*Activity:*
Exactly the lines starting at the line containing "#254=ORIENTED_EDGE('',*,*,#100,.T.);" and ending at the line containing "#270=ADVANCED_FACE('',(#248,#258,#267),#269,.F.);" are to be written out from the listing below, both included.

*Records supplied:*
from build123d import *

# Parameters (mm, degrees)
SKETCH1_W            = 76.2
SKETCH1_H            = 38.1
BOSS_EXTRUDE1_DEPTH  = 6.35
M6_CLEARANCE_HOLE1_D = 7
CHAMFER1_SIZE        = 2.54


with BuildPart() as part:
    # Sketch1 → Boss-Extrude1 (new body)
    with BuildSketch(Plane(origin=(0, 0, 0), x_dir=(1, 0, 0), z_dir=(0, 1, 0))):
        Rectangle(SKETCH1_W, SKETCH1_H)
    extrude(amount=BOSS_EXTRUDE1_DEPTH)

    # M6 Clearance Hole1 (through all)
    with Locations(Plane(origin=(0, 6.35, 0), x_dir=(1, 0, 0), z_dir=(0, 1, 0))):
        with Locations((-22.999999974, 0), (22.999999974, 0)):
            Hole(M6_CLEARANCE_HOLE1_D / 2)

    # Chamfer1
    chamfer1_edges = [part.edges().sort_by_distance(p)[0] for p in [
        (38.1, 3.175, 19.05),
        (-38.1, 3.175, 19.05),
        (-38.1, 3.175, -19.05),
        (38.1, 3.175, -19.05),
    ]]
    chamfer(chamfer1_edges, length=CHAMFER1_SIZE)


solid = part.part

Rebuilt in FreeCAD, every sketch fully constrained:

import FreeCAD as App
import Part
import Sketcher
Q = App.Units.Quantity


def edges_at(feature, points):
    """Names of the edges that pass closest to the given points."""
    edges = feature.Shape.Edges
    near = lambda p: min(range(len(edges)), key=lambda i: edges[i].distToShape(Part.Vertex(*p))[0])
    return sorted({f"Edge{near(p) + 1}" for p in points})

doc = App.newDocument("Part")
body = doc.addObject("PartDesign::Body", "Body")

sketch1 = body.newObject("Sketcher::SketchObject", "Sketch")
sketch1.AttachmentSupport = (doc.getObject("XZ_Plane"), [""])
sketch1.MapMode = "FlatFace"
sketch1.addGeometry(Part.LineSegment(App.Vector(-38, -19, 0), App.Vector(-38, 19, 0)), False)
sketch1.addGeometry(Part.LineSegment(App.Vector(-38, 19, 0), App.Vector(38, 19, 0)), False)
sketch1.addGeometry(Part.LineSegment(App.Vector(38, 19, 0), App.Vector(38, -19, 0)), False)
sketch1.addGeometry(Part.LineSegment(App.Vector(38, -19, 0), App.Vector(-38, -19, 0)), False)
sketch1.addConstraint(Sketcher.Constraint("Coincident", 0, 2, 1, 1))
sketch1.addConstraint(Sketcher.Constraint("Coincident", 1, 2, 2, 1))
sketch1.addConstraint(Sketcher.Constraint("Coincident", 2, 2, 3, 1))
sketch1.addConstraint(Sketcher.Constraint("Coincident", 3, 2, 0, 1))
sketch1.addConstraint(Sketcher.Constraint("Vertical", 0))
sketch1.addConstraint(Sketcher.Constraint("Horizontal", 1))
sketch1.addConstraint(Sketcher.Constraint("Vertical", 2))
sketch1.addConstraint(Sketcher.Constraint("Horizontal", 3))
sketch1.addConstraint(Sketcher.Constraint("Symmetric", 0, 2, 2, 2, -1, 1))
sketch1.addConstraint(Sketcher.Constraint("DistanceX", 1, 1, 1, 2, Q("3 in")))
sketch1.addConstraint(Sketcher.Constraint("DistanceY", 0, 1, 0, 2, Q("1.5 in")))
pad1 = body.newObject("PartDesign::Pad", "Pad")
pad1.Profile = sketch1
pad1.Length = Q("0.25 in")
pad1.Reversed = True

sketch2 = body.newObject("Sketcher::SketchObject", "Sketch001")
sketch2.AttachmentSupport = (doc.getObject("XZ_Plane"), [""])
sketch2.MapMode = "FlatFace"
sketch2.AttachmentOffset = App.Placement(App.Vector(0, 0, -0.25 * 25.4), App.Rotation())
sketch2.addGeometry(Part.Circle(App.Vector(-23, 0, 0), App.Vector(0, 0, 1), 3.5), False)
sketch2.addGeometry(Part.Circle(App.Vector(23, 0, 0), App.Vector(0, 0, 1), 3.5), False)
sketch2.addConstraint(Sketcher.Constraint("Equal", 0, 1))
sketch2.addConstraint(Sketcher.Constraint("Symmetric", 0, 3, 1, 3, -1, 1))
sketch2.addConstraint(Sketcher.Constraint("PointOnObject", 0, 3, -1))
sketch2.addConstraint(Sketcher.Constraint("Diameter", 0, 7.0))
sketch2.addConstraint(Sketcher.Constraint("DistanceX", 0, 3, -1, 1, 23.0))
doc.recompute()
hole = body.newObject("PartDesign::Hole", "Hole")
hole.Profile = sketch2
hole.ThreadType = "None"
hole.Diameter = 7
hole.DepthType = "ThroughAll"
hole.Reversed = True
doc.recompute()

chamfer = body.newObject("PartDesign::Chamfer", "Chamfer")
chamfer.Base = (hole, edges_at(hole, [
    (38.1, 3.175, 19.05),
    (-38.1, 3.175, 19.05),
    (-38.1, 3.175, -19.05),
    (38.1, 3.175, -19.05),
]))
chamfer.Size = Q("0.1 in")

doc.recompute()
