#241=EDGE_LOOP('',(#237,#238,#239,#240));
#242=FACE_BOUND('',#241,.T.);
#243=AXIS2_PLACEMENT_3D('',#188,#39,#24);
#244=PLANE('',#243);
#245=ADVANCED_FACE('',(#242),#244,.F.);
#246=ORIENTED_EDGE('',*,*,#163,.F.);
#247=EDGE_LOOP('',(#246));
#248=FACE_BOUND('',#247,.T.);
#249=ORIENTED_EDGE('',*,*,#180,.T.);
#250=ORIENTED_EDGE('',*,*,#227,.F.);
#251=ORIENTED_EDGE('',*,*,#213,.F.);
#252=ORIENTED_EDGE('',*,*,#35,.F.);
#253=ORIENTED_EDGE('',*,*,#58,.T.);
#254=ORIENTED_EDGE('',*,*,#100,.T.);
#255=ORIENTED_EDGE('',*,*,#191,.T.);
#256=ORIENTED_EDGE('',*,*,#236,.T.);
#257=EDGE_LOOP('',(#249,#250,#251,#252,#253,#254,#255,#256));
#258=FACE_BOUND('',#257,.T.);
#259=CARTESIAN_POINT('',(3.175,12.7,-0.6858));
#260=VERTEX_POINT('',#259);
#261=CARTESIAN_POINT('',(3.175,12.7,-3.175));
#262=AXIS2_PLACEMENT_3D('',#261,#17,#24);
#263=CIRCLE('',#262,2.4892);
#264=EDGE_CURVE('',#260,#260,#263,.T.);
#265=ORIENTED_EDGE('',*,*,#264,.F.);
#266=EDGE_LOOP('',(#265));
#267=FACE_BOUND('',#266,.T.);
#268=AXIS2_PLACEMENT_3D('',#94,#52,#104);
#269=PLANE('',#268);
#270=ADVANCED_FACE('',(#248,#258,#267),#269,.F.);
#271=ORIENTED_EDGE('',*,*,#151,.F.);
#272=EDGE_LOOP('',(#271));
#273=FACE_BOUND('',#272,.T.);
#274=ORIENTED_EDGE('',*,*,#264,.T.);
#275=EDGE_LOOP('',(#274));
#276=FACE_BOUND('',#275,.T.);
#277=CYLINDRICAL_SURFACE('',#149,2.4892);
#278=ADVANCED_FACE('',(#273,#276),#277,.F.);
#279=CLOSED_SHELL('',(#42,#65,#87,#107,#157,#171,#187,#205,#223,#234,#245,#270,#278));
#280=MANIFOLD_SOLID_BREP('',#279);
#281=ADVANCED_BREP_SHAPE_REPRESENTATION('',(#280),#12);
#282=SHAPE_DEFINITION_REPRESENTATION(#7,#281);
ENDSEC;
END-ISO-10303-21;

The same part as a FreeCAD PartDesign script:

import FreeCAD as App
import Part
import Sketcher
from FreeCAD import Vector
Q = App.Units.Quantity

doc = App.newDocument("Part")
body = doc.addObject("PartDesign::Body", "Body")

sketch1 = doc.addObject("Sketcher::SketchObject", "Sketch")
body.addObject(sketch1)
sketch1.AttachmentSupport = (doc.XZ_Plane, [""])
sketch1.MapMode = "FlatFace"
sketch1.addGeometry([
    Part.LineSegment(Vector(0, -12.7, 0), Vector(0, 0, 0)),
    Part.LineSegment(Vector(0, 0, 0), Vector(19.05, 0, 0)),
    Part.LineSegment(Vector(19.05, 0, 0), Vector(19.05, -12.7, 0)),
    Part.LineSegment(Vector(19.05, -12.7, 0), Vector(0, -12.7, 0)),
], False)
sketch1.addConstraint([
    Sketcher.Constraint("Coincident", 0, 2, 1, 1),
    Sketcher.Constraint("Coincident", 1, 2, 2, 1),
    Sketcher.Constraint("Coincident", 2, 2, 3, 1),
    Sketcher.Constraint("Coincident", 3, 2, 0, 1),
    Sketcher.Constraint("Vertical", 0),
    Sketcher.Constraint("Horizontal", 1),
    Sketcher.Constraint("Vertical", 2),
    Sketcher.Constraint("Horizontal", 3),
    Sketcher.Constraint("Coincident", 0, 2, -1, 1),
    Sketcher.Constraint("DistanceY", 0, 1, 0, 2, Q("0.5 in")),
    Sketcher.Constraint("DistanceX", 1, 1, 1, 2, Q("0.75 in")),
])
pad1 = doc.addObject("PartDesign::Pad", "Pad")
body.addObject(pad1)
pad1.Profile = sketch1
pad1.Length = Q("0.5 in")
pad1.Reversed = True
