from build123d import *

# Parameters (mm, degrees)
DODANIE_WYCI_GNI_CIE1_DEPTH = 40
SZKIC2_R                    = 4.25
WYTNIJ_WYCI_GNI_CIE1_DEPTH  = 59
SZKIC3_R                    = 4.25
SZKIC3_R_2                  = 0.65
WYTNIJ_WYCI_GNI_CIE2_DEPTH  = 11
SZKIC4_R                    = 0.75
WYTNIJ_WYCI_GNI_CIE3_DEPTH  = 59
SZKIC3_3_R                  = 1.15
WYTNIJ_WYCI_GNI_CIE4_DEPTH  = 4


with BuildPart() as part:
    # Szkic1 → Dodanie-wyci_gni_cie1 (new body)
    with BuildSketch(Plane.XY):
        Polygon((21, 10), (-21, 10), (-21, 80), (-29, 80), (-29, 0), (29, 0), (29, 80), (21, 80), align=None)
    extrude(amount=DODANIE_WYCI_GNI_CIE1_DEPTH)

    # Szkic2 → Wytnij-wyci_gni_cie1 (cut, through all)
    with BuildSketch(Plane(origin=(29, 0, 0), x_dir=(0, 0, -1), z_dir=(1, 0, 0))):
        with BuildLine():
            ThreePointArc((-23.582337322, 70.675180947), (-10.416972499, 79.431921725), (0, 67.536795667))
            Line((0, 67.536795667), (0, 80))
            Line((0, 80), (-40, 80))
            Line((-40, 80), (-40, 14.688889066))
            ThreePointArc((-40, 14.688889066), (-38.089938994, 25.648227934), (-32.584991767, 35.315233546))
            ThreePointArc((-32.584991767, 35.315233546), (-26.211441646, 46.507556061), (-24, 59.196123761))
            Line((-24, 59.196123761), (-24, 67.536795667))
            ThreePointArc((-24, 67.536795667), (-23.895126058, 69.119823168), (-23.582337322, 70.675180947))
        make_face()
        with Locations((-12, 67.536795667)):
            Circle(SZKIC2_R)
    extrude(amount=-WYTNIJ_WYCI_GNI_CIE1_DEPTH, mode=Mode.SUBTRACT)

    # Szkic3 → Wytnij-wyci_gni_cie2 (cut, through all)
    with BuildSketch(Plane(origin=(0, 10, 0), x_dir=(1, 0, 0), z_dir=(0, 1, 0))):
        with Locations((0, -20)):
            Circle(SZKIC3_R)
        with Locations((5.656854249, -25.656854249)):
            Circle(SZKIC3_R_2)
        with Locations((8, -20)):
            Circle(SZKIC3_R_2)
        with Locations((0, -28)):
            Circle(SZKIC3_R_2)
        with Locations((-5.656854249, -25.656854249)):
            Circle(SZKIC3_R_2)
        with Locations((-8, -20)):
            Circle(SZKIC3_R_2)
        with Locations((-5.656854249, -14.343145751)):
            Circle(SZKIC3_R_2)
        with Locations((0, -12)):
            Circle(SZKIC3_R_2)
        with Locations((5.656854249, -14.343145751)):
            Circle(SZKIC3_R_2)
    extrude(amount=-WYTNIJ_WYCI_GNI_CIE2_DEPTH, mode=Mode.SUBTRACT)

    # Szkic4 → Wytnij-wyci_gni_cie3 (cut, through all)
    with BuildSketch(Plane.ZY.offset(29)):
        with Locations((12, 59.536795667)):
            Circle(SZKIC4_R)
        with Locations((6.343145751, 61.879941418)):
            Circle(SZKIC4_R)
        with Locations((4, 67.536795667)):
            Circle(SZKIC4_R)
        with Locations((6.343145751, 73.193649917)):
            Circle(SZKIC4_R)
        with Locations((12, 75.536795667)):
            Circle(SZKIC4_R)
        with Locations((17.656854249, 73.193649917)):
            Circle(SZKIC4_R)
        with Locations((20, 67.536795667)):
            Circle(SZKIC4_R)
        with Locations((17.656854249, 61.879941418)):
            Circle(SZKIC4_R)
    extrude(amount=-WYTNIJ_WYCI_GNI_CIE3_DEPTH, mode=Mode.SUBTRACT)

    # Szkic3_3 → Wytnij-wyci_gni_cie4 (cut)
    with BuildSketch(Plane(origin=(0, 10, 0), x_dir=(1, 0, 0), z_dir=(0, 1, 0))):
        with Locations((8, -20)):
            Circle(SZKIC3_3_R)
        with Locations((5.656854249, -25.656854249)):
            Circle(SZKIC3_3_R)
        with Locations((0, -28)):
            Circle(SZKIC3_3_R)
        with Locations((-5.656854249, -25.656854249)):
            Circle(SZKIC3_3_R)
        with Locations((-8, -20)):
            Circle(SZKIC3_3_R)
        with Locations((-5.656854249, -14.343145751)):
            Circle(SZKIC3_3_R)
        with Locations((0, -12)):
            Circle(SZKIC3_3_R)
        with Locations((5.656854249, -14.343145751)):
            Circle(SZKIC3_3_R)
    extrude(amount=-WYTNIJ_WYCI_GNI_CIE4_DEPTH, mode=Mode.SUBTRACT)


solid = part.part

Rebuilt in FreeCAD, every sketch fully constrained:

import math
import FreeCAD as App
import Part
import Sketcher

V = App.Vector
Q = App.Units.Quantity

doc = App.newDocument("Part")
body = doc.addObject("PartDesign::Body", "Body")

# Sketch on XY plane
sketch1 = body.newObject("Sketcher::SketchObject", "Sketch")
sketch1.AttachmentSupport = (doc.getObject("XY_Plane"), [""])
sketch1.MapMode = "FlatFace"
sketch1.addGeometry([
    Part.LineSegment(V(21, 10, 0), V(-21, 10, 0)),  # 0
    Part.LineSegment(V(-21, 10, 0), V(-21, 80, 0)),  # 1
    Part.LineSegment(V(-21, 80, 0), V(-29, 80, 0)),  # 2
    Part.LineSegment(V(-29, 80, 0), V(-29, 0, 0)),  # 3
    Part.LineSegment(V(-29, 0, 0), V(29, 0, 0)),  # 4
    Part.LineSegment(V(29, 0, 0), V(29, 80, 0)),  # 5
    Part.LineSegment(V(29, 80, 0), V(21, 80, 0)),  # 6
    Part.LineSegment(V(21, 80, 0), V(21, 10, 0)),  # 7
], False)
sketch1.addConstraint([
    Sketcher.Constraint("Coincident", 0, 2, 1, 1),
    Sketcher.Constraint("Coincident", 1, 2, 2, 1),
    Sketcher.Constraint("Coincident", 2, 2, 3, 1),
    Sketcher.Constraint("Coincident", 3, 2, 4, 1),
    Sketcher.Constraint("Coincident", 4, 2, 5, 1),
    Sketcher.Constraint("Coincident", 5, 2, 6, 1),
    Sketcher.Constraint("Coincident", 6, 2, 7, 1),
    Sketcher.Constraint("Coincident", 7, 2, 0, 1),
    Sketcher.Constraint("Horizontal", 0),
    Sketcher.Constraint("Vertical", 1),
    Sketcher.Constraint("Horizontal", 2),
    Sketcher.Constraint("Vertical", 3),
    Sketcher.Constraint("Horizontal", 4),
    Sketcher.Constraint("Vertical", 5),
    Sketcher.Constraint("Horizontal", 6),
    Sketcher.Constraint("Vertical", 7),
    Sketcher.Constraint("Symmetric", 3, 2, 4, 2, -1, 1),
    Sketcher.Constraint("Symmetric", 1, 2, 6, 2, -2),
    Sketcher.Constraint("DistanceX", 0, 2, 0, 1, Q("42 mm")),
    Sketcher.Constraint("DistanceX", 2, 2, 2, 1, Q("8 mm")),
    Sketcher.Constraint("DistanceY", 1, 1, 1, 2, Q("70 mm")),
    Sketcher.Constraint("DistanceY", 3, 2, 3, 1, Q("80 mm")),
])
pad1 = body.newObject("PartDesign::Pad", "Pad")
pad1.Profile = sketch1
pad1.Length = 40

# Sketch on YZ plane
sketch2 = body.newObject("Sketcher::SketchObject", "Sketch001")
sketch2.AttachmentSupport = (doc.getObject("YZ_Plane"), [""])
sketch2.MapMode = "FlatFace"
sketch2.AttachmentOffset = App.Placement(V(0, 0, 29), App.Rotation())
sketch2.addGeometry([
    Part.LineSegment(V(67.5, 0, 0), V(80, 0, 0)),  # 0
    Part.LineSegment(V(80, 0, 0), V(80, 40, 0)),  # 1
    Part.LineSegment(V(80, 40, 0), V(14.7, 40, 0)),  # 2
    Part.ArcOfCircle(Part.Circle(V(14.7, 7.6, 0), V(0, 0, 1), 32.4), math.radians(50), math.radians(90)),  # 3
    Part.ArcOfCircle(Part.Circle(V(59.2, 61.5, 0), V(0, 0, 1), 37.5), math.radians(-130), math.radians(-90)),  # 4
    Part.LineSegment(V(59.2, 24, 0), V(67.5, 24, 0)),  # 5
    Part.ArcOfCircle(Part.Circle(V(67.5, 12, 0), V(0, 0, 1), 12), math.radians(-90), math.radians(90)),  # 6
    Part.Circle(V(67.5, 12, 0), V(0, 0, 1), 4.2),  # 7
], False)
sketch2.addConstraint([
    Sketcher.Constraint("Coincident", 0, 2, 1, 1),
    Sketcher.Constraint("Coincident", 1, 2, 2, 1),
    Sketcher.Constraint("Tangent", 2, 2, 3, 2),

*Reply to the exercise:*
#254=ORIENTED_EDGE('',*,*,#100,.T.);
#255=ORIENTED_EDGE('',*,*,#191,.T.);
#256=ORIENTED_EDGE('',*,*,#236,.T.);
#257=EDGE_LOOP('',(#249,#250,#251,#252,#253,#254,#255,#256));
#258=FACE_BOUND('',#257,.T.);
#259=CARTESIAN_POINT('',(3.175,12.7,-0.6858));
#260=VERTEX_POINT('',#259);
#261=CARTESIAN_POINT('',(3.175,12.7,-3.175));
#262=AXIS2_PLACEMENT_3D('',#261,#17,#24);
#263=CIRCLE('',#262,2.4892);
#264=EDGE_CURVE('',#260,#260,#263,.T.);
#265=ORIENTED_EDGE('',*,*,#264,.F.);
#266=EDGE_LOOP('',(#265));
#267=FACE_BOUND('',#266,.T.);
#268=AXIS2_PLACEMENT_3D('',#94,#52,#104);
#269=PLANE('',#268);
#270=ADVANCED_FACE('',(#248,#258,#267),#269,.F.);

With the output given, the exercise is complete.